Work out how many lines in the entries contain the string "BuildSketch", and give nothing but that number.

Given entries:
....................

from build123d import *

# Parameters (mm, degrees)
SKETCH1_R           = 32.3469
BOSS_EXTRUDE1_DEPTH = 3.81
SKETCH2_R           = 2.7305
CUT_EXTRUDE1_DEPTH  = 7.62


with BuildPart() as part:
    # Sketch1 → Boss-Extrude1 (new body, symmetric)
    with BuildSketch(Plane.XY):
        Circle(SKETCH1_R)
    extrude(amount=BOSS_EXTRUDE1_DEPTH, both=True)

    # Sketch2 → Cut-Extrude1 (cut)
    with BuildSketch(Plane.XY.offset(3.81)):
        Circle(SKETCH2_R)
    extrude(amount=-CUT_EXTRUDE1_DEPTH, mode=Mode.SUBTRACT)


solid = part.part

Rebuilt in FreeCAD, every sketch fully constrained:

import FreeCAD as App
import Part
import Sketcher
Q = App.Units.Quantity

doc = App.newDocument("Part")
body = doc.addObject("PartDesign::Body", "Body")

sketch1 = body.newObject("Sketcher::SketchObject", "Sketch")
sketch1.AttachmentSupport = (doc.getObject("XY_Plane"), [""])
sketch1.MapMode = "FlatFace"
sketch1.addGeometry(Part.Circle(App.Vector(0, 0, 0), App.Vector(0, 0, 1), 32.3469), False)
sketch1.addConstraint(Sketcher.Constraint("Coincident", 0, 3, -1, 1))
sketch1.addConstraint(Sketcher.Constraint("Diameter", 0, Q("2.547 in")))
pad1 = body.newObject("PartDesign::Pad", "Pad")
pad1.Profile = sketch1
pad1.Length = Q("0.3 in")
pad1.Midplane = True

sketch2 = body.newObject("Sketcher::SketchObject", "Sketch001")
sketch2.AttachmentSupport = (doc.getObject("XY_Plane"), [""])
sketch2.MapMode = "FlatFace"
sketch2.AttachmentOffset = App.Placement(App.Vector(0, 0, 0.15 * 25.4), App.Rotation())
sketch2.addGeometry(Part.Circle(App.Vector(0, 0, 0), App.Vector(0, 0, 1), 2.7305), False)
sketch2.addConstraint(Sketcher.Constraint("Coincident", 0, 3, -1, 1))
sketch2.addConstraint(Sketcher.Constraint("Diameter", 0, Q("0.215 in")))
pocket1 = body.newObject("PartDesign::Pocket", "Pocket")
pocket1.Profile = sketch2
pocket1.Length = Q("0.3 in")

doc.recompute()
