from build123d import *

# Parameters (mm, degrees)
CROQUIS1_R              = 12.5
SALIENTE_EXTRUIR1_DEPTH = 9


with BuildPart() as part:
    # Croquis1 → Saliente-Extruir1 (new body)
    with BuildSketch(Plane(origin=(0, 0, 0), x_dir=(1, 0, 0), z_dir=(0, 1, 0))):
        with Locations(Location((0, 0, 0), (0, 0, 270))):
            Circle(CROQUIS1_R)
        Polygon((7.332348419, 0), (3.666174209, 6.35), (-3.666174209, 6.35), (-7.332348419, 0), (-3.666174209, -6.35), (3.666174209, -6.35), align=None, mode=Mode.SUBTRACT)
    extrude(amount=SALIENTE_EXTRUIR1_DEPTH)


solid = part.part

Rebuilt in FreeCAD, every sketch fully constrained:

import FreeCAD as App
import Part
import Sketcher
from FreeCAD import Vector
Q = App.Units.Quantity


def add_polygon(sketch, points):
    """Adds a closed chain of lines whose ends are joined by coincident constraints."""
    first, n = sketch.GeometryCount, len(points)
    for a, b in zip(points, points[1:] + points[:1]):
        sketch.addGeometry(Part.LineSegment(App.Vector(*a, 0), App.Vector(*b, 0)), False)
    for i in range(n):
        sketch.addConstraint(Sketcher.Constraint("Coincident", first + i, 2, first + (i + 1) % n, 1))

doc = App.newDocument("Part")
body = doc.addObject("PartDesign::Body", "Body")

# Sketch on XZ plane
sketch1 = body.newObject("Sketcher::SketchObject", "Sketch")
sketch1.AttachmentSupport = (doc.getObject("XZ_Plane"), [""])
sketch1.MapMode = "FlatFace"
sketch1.addGeometry(Part.Circle(Vector(0, 0, 0), Vector(0, 0, 1), 12), False)  # 0
add_polygon(sketch1, [(4, -6), (7, 0), (4, 6), (-4, 6), (-7, 0), (-4, -6)])  # lines 1-6
sketch1.addConstraint([
    Sketcher.Constraint("Horizontal", 3),
    Sketcher.Constraint("Horizontal", 6),
    Sketcher.Constraint("Coincident", 0, 3, -1, 1),
    Sketcher.Constraint("Symmetric", 1, 2, 4, 2, -1, 1),
    Sketcher.Constraint("Symmetric", 2, 2, 5, 2, -1, 1),
    Sketcher.Constraint("PointOnObject", 1, 2, -1),
    Sketcher.Constraint("Parallel", 1, 4),
    Sketcher.Constraint("Vertical", 3, 2, 5, 2),
    Sketcher.Constraint("Diameter", 0, Q("25 mm")),
    Sketcher.Constraint("Angle", 1, Q("60 deg")),
    Sketcher.Constraint("DistanceY", 5, 2, 3, 2, Q("12.7 mm")),
    Sketcher.Constraint("DistanceX", 3, 2, 3, 1, Q("7.332348 mm")),
])
pad1 = body.newObject("PartDesign::Pad", "Pad")
pad1.Profile = sketch1
pad1.Length = 9
pad1.Reversed = True

doc.recompute()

....................

Reply to the exercise: 3